Task requirements:
Find the line with "f 331 38 330" and the line with "f 30 70 311" in the entries below; output exactly those two lines, every line between them, and no others.

Data section:

-- -- --

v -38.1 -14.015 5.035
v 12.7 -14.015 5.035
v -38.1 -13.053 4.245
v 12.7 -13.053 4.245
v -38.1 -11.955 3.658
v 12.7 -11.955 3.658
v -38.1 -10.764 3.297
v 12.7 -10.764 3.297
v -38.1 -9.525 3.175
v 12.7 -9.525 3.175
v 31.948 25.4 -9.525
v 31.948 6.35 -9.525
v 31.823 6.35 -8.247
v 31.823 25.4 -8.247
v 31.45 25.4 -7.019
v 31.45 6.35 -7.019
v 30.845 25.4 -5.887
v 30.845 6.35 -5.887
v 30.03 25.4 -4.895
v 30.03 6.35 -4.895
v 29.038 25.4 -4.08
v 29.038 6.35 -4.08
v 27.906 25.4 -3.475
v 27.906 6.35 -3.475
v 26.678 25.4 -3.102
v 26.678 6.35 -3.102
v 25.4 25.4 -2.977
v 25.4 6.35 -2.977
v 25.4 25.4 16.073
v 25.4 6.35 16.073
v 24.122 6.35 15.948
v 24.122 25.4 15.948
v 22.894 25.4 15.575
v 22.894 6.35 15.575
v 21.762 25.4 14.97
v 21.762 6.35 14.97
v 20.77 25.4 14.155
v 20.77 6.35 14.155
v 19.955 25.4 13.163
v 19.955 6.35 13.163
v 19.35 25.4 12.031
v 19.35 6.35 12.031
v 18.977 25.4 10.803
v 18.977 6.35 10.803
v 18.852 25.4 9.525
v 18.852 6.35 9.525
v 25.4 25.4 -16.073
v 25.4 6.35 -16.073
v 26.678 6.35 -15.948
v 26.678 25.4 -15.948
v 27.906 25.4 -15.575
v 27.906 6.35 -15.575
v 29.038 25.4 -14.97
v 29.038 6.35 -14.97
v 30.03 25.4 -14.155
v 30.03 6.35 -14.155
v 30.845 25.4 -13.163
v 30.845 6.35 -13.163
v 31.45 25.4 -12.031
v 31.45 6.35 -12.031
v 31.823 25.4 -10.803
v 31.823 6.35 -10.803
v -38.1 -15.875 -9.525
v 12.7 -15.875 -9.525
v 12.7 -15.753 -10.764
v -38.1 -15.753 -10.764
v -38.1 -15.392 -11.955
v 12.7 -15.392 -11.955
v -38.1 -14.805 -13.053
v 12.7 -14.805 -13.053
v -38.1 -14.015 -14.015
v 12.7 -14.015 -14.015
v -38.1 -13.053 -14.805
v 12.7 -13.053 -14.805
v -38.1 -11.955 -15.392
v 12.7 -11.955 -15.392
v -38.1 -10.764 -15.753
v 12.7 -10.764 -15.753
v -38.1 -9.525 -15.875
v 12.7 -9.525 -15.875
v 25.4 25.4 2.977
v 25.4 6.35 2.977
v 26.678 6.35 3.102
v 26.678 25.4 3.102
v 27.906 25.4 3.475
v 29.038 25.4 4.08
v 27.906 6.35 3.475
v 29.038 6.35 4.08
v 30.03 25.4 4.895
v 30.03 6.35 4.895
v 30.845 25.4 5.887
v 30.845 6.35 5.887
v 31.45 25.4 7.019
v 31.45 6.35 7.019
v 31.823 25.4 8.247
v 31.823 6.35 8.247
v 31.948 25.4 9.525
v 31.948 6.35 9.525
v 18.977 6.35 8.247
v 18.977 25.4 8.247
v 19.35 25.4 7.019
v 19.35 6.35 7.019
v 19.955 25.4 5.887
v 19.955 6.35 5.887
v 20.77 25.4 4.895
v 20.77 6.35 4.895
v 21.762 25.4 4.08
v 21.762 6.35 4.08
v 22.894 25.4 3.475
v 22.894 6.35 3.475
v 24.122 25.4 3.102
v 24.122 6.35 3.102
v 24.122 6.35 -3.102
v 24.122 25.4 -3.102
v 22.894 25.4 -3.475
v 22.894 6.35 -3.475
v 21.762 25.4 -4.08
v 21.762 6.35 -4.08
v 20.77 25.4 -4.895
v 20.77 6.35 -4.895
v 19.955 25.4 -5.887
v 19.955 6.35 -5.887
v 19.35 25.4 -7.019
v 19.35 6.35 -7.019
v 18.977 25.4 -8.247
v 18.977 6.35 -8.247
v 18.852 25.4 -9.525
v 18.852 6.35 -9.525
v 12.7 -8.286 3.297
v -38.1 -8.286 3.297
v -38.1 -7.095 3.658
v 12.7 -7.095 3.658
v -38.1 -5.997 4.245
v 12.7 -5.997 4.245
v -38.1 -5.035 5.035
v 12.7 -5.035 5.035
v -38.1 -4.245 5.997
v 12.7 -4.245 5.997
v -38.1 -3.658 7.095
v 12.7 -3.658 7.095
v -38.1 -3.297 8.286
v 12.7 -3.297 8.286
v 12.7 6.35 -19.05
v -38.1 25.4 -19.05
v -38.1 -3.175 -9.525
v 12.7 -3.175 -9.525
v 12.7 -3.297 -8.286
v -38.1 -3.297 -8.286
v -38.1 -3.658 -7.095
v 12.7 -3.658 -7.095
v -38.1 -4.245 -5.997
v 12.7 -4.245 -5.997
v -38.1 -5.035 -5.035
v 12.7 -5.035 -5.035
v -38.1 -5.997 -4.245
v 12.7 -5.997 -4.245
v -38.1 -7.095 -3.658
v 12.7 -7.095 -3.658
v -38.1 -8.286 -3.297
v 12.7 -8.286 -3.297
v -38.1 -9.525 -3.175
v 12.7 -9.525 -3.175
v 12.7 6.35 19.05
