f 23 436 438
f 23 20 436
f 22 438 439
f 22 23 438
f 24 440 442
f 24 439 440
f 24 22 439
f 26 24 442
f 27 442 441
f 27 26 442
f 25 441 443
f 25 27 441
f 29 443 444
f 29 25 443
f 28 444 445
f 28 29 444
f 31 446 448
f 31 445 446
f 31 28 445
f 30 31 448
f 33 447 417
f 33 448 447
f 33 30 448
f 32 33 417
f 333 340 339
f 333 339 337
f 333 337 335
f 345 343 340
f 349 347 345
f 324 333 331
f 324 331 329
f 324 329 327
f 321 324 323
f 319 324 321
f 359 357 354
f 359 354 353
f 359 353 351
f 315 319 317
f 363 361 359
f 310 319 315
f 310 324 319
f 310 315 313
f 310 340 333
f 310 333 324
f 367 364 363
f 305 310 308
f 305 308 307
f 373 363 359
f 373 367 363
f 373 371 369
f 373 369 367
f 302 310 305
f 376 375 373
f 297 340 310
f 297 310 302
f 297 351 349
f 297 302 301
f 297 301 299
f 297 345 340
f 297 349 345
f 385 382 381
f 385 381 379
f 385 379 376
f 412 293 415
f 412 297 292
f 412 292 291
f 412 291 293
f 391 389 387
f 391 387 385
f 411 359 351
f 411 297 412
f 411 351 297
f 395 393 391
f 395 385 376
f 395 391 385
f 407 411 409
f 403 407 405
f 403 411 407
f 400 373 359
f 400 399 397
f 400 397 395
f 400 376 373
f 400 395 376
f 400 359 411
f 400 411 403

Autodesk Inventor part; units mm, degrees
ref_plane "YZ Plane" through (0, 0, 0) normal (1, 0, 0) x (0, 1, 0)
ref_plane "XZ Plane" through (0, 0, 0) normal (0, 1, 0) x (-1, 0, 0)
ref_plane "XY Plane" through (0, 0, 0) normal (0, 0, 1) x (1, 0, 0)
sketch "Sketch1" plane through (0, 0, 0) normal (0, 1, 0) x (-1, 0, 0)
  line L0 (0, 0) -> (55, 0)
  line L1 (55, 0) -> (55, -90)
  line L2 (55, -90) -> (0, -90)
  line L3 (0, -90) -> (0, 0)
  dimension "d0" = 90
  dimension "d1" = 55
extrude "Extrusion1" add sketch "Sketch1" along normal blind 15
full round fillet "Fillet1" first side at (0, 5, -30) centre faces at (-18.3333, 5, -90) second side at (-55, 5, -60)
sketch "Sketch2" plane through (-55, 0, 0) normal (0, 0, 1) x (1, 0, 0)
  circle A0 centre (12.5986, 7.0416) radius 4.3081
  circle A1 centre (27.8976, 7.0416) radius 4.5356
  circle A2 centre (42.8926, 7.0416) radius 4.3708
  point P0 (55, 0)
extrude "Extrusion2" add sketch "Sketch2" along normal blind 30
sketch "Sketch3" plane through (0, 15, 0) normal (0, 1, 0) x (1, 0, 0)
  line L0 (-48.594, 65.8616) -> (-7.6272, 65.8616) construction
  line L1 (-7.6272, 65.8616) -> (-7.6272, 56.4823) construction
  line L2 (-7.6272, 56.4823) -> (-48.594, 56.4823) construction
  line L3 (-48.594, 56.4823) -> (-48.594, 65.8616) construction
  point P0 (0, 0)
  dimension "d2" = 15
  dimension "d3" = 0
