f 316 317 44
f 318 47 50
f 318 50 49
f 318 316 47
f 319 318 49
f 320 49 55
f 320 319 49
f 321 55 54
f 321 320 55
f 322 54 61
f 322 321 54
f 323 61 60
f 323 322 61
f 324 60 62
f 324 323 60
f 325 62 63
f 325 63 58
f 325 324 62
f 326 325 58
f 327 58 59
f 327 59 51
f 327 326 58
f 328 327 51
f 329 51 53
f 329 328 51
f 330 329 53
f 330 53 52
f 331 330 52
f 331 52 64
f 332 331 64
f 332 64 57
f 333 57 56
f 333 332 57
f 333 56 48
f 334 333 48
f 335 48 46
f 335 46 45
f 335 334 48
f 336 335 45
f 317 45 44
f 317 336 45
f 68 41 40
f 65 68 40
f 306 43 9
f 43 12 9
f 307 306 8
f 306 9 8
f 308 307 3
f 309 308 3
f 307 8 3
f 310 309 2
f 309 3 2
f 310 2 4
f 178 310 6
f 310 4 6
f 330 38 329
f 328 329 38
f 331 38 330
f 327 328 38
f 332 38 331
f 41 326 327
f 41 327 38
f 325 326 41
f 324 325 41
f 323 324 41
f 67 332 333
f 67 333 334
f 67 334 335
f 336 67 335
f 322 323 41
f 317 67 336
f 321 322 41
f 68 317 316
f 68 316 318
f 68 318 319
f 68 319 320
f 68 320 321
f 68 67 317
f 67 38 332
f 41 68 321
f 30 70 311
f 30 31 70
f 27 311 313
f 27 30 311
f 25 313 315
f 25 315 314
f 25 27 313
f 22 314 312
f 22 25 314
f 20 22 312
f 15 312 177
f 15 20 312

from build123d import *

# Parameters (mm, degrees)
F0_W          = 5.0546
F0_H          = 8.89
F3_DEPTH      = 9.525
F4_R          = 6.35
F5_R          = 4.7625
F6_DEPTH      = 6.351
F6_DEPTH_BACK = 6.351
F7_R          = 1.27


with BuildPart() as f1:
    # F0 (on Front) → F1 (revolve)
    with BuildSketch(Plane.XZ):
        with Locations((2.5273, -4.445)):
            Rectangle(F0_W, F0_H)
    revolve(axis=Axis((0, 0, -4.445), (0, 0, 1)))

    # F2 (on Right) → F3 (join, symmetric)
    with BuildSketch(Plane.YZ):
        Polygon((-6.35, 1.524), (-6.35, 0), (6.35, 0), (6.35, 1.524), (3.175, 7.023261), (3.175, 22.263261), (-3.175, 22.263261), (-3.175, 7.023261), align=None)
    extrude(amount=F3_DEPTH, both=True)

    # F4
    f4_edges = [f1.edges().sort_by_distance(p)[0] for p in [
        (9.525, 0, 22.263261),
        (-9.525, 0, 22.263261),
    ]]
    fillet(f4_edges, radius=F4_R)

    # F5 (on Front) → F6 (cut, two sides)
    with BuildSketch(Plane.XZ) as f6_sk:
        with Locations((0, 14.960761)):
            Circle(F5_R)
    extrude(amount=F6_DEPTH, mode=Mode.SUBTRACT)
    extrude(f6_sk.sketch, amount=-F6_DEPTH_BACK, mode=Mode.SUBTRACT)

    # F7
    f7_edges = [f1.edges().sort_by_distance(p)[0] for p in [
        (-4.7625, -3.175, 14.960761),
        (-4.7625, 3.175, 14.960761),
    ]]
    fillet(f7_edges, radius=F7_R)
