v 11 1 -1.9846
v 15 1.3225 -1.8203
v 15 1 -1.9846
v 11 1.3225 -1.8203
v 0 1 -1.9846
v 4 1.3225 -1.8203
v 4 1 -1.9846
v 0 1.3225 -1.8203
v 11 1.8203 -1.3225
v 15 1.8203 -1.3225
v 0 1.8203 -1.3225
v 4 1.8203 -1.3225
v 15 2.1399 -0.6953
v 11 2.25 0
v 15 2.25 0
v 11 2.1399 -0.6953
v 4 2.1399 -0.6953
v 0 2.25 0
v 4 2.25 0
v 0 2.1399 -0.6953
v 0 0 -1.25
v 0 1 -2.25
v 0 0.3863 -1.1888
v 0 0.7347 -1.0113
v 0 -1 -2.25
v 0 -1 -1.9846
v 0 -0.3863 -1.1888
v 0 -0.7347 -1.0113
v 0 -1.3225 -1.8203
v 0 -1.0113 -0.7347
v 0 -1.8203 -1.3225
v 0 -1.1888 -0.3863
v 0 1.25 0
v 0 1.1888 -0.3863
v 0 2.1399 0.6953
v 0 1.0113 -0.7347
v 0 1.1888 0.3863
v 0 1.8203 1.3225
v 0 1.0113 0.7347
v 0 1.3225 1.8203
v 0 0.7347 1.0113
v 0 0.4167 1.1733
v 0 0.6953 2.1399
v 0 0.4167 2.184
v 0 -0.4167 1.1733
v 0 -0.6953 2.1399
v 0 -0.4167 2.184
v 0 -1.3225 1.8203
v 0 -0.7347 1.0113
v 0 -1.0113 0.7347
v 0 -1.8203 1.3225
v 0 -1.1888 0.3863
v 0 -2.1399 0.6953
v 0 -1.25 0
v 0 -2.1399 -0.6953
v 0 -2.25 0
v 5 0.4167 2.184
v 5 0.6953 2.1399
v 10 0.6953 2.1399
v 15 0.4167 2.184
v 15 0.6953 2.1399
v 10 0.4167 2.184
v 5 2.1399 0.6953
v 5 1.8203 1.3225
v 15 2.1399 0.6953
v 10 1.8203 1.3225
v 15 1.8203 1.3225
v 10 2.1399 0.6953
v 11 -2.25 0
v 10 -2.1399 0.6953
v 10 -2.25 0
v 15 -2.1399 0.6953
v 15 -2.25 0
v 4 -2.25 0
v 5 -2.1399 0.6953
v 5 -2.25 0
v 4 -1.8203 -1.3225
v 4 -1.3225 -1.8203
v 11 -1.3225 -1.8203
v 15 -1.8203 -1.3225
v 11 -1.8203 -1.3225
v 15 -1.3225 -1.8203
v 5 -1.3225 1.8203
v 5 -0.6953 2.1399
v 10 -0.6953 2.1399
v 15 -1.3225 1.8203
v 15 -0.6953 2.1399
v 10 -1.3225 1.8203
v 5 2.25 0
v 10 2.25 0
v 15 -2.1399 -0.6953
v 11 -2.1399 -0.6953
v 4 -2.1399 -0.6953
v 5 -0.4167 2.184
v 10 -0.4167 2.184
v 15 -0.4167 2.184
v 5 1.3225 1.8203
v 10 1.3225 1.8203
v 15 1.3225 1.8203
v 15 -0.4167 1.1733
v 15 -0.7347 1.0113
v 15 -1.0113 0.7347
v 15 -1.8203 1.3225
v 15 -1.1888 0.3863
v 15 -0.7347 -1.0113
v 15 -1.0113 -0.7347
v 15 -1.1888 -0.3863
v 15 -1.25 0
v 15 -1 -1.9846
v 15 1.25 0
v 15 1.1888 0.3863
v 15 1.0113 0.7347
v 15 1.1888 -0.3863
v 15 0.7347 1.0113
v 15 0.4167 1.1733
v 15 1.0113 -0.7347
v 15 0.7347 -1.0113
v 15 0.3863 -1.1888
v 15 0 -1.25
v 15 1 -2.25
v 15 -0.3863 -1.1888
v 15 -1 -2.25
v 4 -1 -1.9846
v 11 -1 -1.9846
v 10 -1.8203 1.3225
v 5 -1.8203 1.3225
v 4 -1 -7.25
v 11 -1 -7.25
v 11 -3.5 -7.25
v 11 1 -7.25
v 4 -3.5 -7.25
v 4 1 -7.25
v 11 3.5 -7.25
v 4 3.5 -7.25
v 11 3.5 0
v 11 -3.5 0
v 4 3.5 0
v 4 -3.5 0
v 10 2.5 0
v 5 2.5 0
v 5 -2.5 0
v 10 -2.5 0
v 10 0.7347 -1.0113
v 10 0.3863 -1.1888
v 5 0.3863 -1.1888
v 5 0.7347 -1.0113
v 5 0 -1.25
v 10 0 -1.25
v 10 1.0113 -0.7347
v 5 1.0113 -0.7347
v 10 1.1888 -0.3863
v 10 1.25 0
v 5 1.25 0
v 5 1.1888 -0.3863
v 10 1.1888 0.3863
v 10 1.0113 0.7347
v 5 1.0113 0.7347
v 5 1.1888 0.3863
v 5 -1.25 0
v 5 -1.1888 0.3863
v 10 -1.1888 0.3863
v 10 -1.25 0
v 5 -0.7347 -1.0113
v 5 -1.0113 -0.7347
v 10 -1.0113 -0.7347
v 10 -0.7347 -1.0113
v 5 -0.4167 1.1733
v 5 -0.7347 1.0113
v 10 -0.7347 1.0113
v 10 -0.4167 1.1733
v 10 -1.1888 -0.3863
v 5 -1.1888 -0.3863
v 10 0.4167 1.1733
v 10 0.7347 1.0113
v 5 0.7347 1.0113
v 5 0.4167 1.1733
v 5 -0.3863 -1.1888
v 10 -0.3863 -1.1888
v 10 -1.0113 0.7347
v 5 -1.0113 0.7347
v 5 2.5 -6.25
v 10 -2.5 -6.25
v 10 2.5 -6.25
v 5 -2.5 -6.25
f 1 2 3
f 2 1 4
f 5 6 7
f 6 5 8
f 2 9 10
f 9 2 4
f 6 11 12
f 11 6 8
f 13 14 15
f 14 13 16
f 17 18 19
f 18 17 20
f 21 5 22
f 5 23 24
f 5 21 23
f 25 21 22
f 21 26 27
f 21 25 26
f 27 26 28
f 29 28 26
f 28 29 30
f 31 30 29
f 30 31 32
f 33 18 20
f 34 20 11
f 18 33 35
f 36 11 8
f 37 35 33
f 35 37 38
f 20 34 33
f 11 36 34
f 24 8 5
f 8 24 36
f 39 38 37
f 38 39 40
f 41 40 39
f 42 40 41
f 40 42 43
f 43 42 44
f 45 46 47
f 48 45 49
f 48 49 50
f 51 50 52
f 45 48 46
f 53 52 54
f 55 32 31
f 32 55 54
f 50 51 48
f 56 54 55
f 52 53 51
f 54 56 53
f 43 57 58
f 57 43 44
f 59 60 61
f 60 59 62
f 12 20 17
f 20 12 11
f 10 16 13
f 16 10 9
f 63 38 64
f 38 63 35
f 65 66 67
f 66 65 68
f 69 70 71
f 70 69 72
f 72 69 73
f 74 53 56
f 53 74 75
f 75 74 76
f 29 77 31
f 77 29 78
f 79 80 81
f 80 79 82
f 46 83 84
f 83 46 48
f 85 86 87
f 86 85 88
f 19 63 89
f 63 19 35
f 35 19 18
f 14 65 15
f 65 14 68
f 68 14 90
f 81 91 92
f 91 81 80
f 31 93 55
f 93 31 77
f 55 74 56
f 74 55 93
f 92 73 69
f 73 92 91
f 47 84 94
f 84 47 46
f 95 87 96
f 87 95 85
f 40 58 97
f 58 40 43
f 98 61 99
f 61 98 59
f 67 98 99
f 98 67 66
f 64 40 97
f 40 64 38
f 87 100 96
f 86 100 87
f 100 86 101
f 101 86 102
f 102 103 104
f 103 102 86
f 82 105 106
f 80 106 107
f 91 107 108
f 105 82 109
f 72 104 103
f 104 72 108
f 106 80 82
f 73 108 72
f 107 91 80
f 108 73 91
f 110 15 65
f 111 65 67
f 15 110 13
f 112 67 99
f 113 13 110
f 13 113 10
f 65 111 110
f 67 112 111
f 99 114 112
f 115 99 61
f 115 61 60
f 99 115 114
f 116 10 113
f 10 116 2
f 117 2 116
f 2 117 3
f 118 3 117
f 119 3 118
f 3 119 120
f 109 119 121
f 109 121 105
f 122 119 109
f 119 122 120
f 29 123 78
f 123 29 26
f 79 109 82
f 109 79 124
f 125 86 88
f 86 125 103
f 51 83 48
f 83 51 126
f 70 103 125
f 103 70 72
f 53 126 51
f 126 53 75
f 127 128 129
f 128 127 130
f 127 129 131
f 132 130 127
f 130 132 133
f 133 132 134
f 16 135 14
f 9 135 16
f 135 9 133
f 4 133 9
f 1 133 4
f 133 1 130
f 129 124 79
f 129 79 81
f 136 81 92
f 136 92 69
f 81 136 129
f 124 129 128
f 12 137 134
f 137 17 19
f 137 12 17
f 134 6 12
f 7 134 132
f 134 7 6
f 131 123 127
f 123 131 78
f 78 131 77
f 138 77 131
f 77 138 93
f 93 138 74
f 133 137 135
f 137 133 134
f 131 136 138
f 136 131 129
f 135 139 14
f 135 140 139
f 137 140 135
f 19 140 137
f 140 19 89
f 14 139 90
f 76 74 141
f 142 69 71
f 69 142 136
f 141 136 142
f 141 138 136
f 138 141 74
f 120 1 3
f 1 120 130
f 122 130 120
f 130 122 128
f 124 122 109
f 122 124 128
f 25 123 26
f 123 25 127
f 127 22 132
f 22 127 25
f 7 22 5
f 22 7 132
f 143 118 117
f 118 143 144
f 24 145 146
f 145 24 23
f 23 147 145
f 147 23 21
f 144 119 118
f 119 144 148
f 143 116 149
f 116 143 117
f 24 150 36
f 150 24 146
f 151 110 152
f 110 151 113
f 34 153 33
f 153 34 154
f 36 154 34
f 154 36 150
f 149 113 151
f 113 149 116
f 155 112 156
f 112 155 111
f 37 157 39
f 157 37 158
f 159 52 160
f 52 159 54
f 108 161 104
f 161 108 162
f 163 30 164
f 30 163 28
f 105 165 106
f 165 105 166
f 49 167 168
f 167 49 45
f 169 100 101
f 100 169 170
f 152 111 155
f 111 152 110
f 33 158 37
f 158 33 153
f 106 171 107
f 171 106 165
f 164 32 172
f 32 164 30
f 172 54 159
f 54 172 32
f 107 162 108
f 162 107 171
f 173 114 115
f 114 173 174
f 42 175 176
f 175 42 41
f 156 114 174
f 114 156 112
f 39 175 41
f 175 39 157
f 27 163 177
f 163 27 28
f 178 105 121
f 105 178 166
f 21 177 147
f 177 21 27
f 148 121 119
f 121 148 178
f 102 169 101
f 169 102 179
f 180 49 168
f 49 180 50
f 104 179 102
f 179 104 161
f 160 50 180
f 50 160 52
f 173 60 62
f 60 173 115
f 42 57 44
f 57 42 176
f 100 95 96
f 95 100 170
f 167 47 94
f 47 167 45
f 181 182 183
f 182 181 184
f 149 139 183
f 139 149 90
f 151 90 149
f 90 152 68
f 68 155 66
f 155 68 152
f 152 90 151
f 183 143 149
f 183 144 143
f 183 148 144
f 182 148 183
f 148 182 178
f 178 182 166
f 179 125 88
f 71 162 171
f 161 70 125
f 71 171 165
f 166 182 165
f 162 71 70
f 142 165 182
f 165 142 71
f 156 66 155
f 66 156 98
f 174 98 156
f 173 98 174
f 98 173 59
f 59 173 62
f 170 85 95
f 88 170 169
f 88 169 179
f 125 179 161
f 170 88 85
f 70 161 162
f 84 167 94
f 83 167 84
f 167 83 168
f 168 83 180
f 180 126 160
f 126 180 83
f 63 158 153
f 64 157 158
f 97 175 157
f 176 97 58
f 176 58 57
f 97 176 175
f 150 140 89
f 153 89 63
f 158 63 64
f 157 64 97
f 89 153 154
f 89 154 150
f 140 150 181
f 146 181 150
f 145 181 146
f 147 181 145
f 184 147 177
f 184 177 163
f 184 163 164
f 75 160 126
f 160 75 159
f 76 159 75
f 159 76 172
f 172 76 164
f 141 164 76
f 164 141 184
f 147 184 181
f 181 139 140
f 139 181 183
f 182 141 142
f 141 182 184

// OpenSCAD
magnet_side = 5; //mm
magnet_wall_thickness = 1; //mm
magnet_up = 5; //mm
magnet_holder_width = magnet_side + 2*magnet_wall_thickness;

spoke_diameter = 2.5; //mm

clip_length = 15; //mm
clip_wall_thickness = 1; //mm

clip_gap = spoke_diameter / 3; //mm
clip_diameter = spoke_diameter + (2 * clip_wall_thickness);

brace_thickness = 2; 

top_brace_up = magnet_up + magnet_side + magnet_wall_thickness;
top_brace_height = clip_length - top_brace_up;
brace_length = magnet_side + magnet_wall_thickness;
brace_across = spoke_diameter/2;

bottom_brace_height = magnet_up - magnet_wall_thickness;

$fn = 20;




// clip
rotate([0,90,0])  {
difference(){
	union() {
		cylinder(h = clip_length, d = clip_diameter); //clip wall
		translate([spoke_diameter/2, -magnet_holder_width/2, -magnet_wall_thickness+magnet_up]) cube([magnet_side + magnet_wall_thickness, magnet_holder_width, magnet_holder_width]); //magnet holder

		translate([0, -magnet_holder_width/2, -magnet_wall_thickness+magnet_up]) cube([spoke_diameter/2, magnet_holder_width, magnet_holder_width]); //magnet slide guide

		translate([brace_across, -brace_thickness/2, top_brace_up]) rotate([0,-90,-90]) linear_extrude(brace_thickness) polygon(points=[[0,0],[0, brace_length],[top_brace_height,clip_wall_thickness],[top_brace_height,0]]); //top brace

		#translate([brace_across, -brace_thickness/2]) rotate([0,-90,-90]) linear_extrude(brace_thickness) polygon(points=[[0,0],[bottom_brace_height,0],[bottom_brace_height, brace_length],[0,clip_wall_thickness]]); //top brace

		//translate([spoke_diameter/2, -brace_thickness/2, magnet_up + magnet_side]) #cube([magnet_side + magnet_wall_thickness, brace_thickness, clip_length - magnet_side - magnet_up ]);//top brace
	}
	cylinder(h = clip_length, d = spoke_diameter); //hole for spoke
	translate([-clip_diameter,-clip_gap/2]) cube([clip_diameter, clip_gap, clip_length]); //gap to get it on
	translate([spoke_diameter/2, -magnet_side/2, magnet_up]) cube([magnet_side, magnet_side, magnet_side]); //maget space

	translate([-spoke_diameter/2 - clip_wall_thickness, -magnet_side/2, magnet_up]) cube([spoke_diameter+clip_wall_thickness, magnet_side, magnet_side]); //magnet going through clipspace
}
}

-- -- --

Finished exercise:
f 331 38 330
f 327 328 38
f 332 38 331
f 41 326 327
f 41 327 38
f 325 326 41
f 324 325 41
f 323 324 41
f 67 332 333
f 67 333 334
f 67 334 335
f 336 67 335
f 322 323 41
f 317 67 336
f 321 322 41
f 68 317 316
f 68 316 318
f 68 318 319
f 68 319 320
f 68 320 321
f 68 67 317
f 67 38 332
f 41 68 321
f 30 70 311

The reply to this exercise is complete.